Have you ever been in a place where you didn’t know what you wanted to do with your life?
Many of us go through this as we transition into adulthood. We speak with guidance counselors, figure out a major if we choose to go to college, watch and listen to what our peers are doing, and of course what our parents and other people of influence in our lives recommend.
Sometimes, we get through that, embark upon a path, and then several years later, find ourselves in a similar situation. We’ve now done a thing for a while, and we’re just not sure it feels right anymore. Maybe we’re looking around and noticing other paths that shine with appeal. Or maybe we’re remembering back to a dream from our younger years, and wondering if we should have followed that. Perhaps wondering if we still have time.

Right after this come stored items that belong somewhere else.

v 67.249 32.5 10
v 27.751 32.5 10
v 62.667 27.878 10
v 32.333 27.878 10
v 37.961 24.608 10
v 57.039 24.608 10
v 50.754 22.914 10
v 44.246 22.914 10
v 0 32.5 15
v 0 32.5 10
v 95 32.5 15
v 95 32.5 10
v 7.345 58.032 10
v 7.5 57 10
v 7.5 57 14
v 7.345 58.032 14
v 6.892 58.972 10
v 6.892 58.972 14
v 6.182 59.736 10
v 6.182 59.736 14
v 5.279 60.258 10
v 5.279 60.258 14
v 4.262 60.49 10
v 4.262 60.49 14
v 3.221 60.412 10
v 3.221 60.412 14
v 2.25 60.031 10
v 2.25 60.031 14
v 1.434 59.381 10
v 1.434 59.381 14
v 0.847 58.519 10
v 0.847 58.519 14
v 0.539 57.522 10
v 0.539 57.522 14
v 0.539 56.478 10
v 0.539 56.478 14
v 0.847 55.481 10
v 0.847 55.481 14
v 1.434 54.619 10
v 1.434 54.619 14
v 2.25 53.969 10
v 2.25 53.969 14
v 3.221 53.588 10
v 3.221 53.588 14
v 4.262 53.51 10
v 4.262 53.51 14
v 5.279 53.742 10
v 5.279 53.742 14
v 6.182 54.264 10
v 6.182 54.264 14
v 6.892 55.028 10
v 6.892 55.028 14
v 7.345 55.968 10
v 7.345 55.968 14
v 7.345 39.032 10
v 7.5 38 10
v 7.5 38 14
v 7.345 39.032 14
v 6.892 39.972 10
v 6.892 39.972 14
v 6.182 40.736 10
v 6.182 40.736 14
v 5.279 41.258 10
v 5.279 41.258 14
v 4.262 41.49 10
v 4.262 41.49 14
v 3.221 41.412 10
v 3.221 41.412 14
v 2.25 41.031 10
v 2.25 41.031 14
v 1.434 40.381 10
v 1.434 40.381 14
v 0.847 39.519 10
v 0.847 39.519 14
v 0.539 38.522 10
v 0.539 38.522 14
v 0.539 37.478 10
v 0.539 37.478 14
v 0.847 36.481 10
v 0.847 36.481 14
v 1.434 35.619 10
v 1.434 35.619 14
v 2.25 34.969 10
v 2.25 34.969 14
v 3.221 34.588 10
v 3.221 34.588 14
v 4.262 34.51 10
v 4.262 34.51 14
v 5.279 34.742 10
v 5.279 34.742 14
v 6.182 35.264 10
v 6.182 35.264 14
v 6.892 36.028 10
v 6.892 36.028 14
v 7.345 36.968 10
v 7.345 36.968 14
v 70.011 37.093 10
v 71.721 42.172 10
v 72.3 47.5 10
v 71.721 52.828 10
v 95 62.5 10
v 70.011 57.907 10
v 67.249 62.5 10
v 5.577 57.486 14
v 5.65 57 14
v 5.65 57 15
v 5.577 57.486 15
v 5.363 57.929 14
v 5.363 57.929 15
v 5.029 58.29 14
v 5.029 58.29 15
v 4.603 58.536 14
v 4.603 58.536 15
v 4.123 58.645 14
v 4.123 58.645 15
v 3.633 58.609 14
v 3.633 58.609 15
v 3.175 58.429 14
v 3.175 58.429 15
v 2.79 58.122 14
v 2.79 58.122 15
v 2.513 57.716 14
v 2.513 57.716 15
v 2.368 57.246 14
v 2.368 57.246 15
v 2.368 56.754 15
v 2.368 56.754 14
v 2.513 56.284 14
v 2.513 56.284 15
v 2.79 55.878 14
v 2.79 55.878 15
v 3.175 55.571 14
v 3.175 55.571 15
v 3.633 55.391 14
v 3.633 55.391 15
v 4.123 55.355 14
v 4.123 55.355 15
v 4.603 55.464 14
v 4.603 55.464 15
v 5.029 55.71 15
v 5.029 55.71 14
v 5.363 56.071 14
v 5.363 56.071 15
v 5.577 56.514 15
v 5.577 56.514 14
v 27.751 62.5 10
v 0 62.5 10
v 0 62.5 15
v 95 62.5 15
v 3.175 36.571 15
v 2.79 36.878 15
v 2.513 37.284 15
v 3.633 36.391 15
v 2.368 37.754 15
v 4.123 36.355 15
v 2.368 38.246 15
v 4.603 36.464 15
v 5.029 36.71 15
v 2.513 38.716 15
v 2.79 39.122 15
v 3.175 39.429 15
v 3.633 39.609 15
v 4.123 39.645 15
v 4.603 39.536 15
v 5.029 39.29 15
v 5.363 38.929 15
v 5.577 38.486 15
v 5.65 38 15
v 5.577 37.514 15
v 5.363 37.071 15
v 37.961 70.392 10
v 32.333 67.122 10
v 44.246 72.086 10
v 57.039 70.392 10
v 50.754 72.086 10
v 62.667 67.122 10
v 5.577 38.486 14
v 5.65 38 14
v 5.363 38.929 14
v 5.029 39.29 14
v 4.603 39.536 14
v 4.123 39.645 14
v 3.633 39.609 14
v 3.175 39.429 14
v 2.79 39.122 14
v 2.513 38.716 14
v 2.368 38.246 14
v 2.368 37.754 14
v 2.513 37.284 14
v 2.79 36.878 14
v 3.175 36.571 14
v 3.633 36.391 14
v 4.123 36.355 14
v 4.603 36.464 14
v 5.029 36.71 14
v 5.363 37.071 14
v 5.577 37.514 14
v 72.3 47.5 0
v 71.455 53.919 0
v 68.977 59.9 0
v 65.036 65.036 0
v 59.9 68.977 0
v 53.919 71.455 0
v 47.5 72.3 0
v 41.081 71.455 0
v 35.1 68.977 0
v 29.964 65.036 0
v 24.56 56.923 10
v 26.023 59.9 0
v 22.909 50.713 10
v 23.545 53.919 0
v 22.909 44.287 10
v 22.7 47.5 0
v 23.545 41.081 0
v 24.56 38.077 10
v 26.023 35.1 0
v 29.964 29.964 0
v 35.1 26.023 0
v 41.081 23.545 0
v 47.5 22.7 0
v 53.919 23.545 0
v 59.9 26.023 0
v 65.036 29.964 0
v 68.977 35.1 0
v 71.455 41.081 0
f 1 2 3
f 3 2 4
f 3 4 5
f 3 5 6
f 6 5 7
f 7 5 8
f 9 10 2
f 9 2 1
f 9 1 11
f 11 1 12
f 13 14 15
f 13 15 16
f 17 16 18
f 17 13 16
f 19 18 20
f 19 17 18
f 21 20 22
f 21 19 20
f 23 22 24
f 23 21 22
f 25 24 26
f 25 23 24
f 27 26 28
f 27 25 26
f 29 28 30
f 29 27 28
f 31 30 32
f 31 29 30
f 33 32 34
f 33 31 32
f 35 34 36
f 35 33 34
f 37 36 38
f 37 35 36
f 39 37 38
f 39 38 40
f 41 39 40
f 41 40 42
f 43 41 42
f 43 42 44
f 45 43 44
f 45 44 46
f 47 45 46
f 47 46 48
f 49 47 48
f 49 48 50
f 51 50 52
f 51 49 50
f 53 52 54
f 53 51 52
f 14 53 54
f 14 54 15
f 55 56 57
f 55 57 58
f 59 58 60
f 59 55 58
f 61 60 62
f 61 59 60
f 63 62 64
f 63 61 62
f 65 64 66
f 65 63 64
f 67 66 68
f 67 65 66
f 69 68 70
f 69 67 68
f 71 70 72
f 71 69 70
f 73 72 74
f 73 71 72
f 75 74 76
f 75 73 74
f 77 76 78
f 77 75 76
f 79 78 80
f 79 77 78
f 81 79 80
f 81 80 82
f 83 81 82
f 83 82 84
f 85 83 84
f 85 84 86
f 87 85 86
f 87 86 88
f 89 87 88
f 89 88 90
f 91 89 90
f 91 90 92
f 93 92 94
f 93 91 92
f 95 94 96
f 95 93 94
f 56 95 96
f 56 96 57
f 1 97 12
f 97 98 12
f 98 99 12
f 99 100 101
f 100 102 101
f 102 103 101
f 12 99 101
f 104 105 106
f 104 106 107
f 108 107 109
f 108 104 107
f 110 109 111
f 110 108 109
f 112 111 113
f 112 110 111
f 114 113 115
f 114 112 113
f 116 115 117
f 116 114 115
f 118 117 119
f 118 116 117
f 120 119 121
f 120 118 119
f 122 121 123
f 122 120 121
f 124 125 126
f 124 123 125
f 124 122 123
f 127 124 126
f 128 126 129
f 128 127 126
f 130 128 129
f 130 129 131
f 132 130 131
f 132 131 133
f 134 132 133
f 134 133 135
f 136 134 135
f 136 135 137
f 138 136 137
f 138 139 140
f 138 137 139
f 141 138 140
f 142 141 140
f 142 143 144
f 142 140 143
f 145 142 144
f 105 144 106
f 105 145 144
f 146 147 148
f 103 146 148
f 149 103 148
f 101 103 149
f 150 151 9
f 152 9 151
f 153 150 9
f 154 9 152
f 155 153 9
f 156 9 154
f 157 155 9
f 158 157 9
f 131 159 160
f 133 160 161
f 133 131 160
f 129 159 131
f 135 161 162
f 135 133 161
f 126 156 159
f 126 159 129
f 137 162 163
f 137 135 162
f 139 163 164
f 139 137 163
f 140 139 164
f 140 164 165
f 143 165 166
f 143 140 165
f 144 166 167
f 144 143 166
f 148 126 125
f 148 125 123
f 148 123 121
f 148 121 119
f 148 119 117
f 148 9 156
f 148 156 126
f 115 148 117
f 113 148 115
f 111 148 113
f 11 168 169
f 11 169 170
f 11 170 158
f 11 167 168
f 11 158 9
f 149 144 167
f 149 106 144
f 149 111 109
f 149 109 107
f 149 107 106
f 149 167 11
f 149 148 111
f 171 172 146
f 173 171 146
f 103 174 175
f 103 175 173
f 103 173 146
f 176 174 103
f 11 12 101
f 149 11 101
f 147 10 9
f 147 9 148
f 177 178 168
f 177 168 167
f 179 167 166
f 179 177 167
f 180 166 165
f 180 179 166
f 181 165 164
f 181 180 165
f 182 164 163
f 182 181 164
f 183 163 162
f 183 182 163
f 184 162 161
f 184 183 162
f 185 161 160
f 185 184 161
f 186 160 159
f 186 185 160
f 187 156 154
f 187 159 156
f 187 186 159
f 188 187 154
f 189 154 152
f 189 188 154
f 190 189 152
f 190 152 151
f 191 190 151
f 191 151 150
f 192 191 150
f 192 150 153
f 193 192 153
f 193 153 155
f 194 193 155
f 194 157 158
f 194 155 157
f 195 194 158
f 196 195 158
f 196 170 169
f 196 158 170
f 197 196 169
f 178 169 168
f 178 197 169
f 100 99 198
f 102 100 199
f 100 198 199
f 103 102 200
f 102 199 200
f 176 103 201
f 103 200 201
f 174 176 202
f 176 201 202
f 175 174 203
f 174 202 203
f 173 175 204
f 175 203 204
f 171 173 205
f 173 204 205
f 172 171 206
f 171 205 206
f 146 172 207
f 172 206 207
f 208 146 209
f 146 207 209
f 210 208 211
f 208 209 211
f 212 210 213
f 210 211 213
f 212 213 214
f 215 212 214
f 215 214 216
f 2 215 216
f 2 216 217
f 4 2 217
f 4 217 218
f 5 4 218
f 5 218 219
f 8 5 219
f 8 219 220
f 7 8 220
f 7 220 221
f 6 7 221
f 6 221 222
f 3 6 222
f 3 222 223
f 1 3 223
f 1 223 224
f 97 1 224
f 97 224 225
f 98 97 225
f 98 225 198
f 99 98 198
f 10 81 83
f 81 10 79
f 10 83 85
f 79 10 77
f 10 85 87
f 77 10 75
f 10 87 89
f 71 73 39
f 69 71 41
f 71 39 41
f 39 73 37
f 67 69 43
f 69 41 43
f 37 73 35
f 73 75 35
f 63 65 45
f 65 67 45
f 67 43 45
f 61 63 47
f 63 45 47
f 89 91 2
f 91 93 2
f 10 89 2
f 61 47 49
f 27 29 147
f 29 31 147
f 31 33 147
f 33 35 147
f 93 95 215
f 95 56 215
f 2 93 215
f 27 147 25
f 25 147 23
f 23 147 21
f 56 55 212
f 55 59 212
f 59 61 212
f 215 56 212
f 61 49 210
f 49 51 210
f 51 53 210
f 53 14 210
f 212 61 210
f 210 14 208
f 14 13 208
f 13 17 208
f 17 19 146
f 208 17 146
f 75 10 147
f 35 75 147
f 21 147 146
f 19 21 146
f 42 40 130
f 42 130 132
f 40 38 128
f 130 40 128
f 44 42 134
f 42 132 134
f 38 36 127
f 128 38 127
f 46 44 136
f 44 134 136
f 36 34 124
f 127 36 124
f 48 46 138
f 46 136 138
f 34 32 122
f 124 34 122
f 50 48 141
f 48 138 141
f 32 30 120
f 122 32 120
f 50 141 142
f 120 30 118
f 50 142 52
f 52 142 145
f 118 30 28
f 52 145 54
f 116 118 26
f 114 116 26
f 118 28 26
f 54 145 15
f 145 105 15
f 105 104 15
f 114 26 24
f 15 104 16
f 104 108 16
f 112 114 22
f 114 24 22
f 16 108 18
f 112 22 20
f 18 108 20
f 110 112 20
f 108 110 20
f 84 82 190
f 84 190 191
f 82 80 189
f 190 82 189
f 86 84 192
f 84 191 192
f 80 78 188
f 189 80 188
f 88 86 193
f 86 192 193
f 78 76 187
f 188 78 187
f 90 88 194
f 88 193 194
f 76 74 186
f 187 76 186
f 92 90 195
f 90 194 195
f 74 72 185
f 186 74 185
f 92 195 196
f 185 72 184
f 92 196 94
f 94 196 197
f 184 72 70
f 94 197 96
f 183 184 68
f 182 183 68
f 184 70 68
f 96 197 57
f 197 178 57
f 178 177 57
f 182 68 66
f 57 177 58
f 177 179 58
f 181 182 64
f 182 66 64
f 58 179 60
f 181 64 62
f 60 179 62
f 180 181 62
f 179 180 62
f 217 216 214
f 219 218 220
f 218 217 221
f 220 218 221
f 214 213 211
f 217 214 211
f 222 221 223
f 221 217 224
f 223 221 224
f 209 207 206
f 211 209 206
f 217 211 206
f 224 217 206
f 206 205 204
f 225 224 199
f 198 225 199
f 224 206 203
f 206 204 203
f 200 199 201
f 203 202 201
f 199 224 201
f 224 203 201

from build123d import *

# Parameters (mm, degrees)
CYLINDER017_R     = 3.5
CYLINDER017_DEPTH = 4
CYLINDER015_R     = 1.65
CYLINDER015_DEPTH = 20
CYLINDER016_R     = 3.5
CYLINDER016_DEPTH = 4
CYLINDER014_R     = 1.65
CYLINDER014_DEPTH = 20
BOX001_W          = 95
BOX001_H          = 30
BOX001_DEPTH      = 5
CYLINDER010_R     = 24.8
CYLINDER010_DEPTH = 10


with BuildPart() as zylinder017:
    # Cylinder017 → Cylinder017 (new body)
    with BuildSketch(Plane.XY):
        Circle(CYLINDER017_R)
    extrude(amount=CYLINDER017_DEPTH)


with BuildPart() as screw02:
    # Cylinder015 → Cylinder015 (new body)
    with BuildSketch(Plane.XY):
        Circle(CYLINDER015_R)
    extrude(amount=CYLINDER015_DEPTH)

    # Fusion003: union Zylinder017
    add(zylinder017.part)


with BuildPart() as screw02_1:
    # Fusion003 placement: moved
    add(screw02.part.moved(Location((4, 57, 10))))


with BuildPart() as zylinder016:
    # Cylinder016 → Cylinder016 (new body)
    with BuildSketch(Plane.XY):
        Circle(CYLINDER016_R)
    extrude(amount=CYLINDER016_DEPTH)


with BuildPart() as compound002:
    # Cylinder014 → Cylinder014 (new body)
    with BuildSketch(Plane.XY):
        Circle(CYLINDER014_R)
    extrude(amount=CYLINDER014_DEPTH)

    # Fusion002: union Zylinder016
    add(zylinder016.part)


with BuildPart() as compound002_1:
    # Fusion002 placement: moved
    add(compound002.part.moved(Location((4, 38, 10))))

    # Compound002: union Screw02
    add(screw02_1.part)


with BuildPart() as w_rfel001:
    # Box001 → Box001 (new body)
    with BuildSketch(Plane(origin=(0, 32.5, 10), x_dir=(1, 0, 0), z_dir=(0, 0, 1))):
        with Locations((47.5, 15)):
            Rectangle(BOX001_W, BOX001_H)
    extrude(amount=BOX001_DEPTH)


with BuildPart() as rotatingtable:
    # Cylinder010 → Cylinder010 (new body)
    with BuildSketch(Plane(origin=(47.5, 47.5, 0), x_dir=(1, 0, 0), z_dir=(0, 0, 1))):
        Circle(CYLINDER010_R)
    extrude(amount=CYLINDER010_DEPTH)

    # Fusion001: union Würfel001
    add(w_rfel001.part)

    # Cut006: cut Compound002
    add(compound002_1.part, mode=Mode.SUBTRACT)


solid = rotatingtable.part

I’m learning that these thoughts and feelings are natural, perhaps even common. There comes a point where, especially if we’re not feeling challenged or fulfilled, we begin to look for change.
Early on in our adulthood we may choose to follow money and opportunity. We may be eager to show the world what we can do, perhaps even to compete with our peers in achievement. Alternatively, we may be simply working to get by, to support ourselves and perhaps a family.
Later on, motivations naturally change. If we’re lucky, we’ve been able to make some money and create some stability in our lives, perhaps grow a family, and now we’ve begun to crave meaning.
It’s one thing to understand that our motivation has switched to meaning, and quite another to discover what specifically is going to unlock that meaning for us in our daily lives.
In thinking about this process of discovery, I’ve concluded that (for me) it’s related to the concept of self-mastery, which is the first of the Six Personal Perspectives in the Keller Williams University Curriculum.
You can read more about the six personal perspectives here (one) here (two) here (three) here (four) here (five) and here (six).
Self-mastery is defined as: the possession of great knowledge, skills and habits that make you the master of you.
Specifically, it can be broken down into:
a) knowing your goals
b) knowing your strengths and weaknesses, and
c) making a plan with your strengths and weaknesses taken into account, which (when acted upon) will lead you to realization of your goals.
In this case, we also need a process for re-determining what our goals are. And yet almost like an algebraic equation, we can actually begin to solve for the missing variable (goals) by identifying and working through the other known quantities, which are our strengths and weaknesses and our plan.
We can re-establish what our strengths and weaknesses are by a combination of journaling, asking others who know us well for feedback (to learn about our blind spots) and using personality assessments. We can also then look at what kind of plan our instincts lead us to make, and then imagine ourselves accomplishing the plan.
How do we feel when we put ourselves in that place in our minds? Does it feel like who we really believe we are in our hearts? Or like the person we long to become?
Alternatively (or additionally) we can seek out people who are already in a place that we suspect might be a good fit for us, and we can ask them how they feel.
Do they like where they are? Does it feel like how we imagined it might? Or are we off-base? How similar is that person to us? How did they get to where they are, and is theirs a path that we can follow?
These are just a few strategies for working backwards toward solving for the riddle of who we desire to be.
And who we desire to be is the ultimate motivation, which, when identified, will illuminate the path that leads there.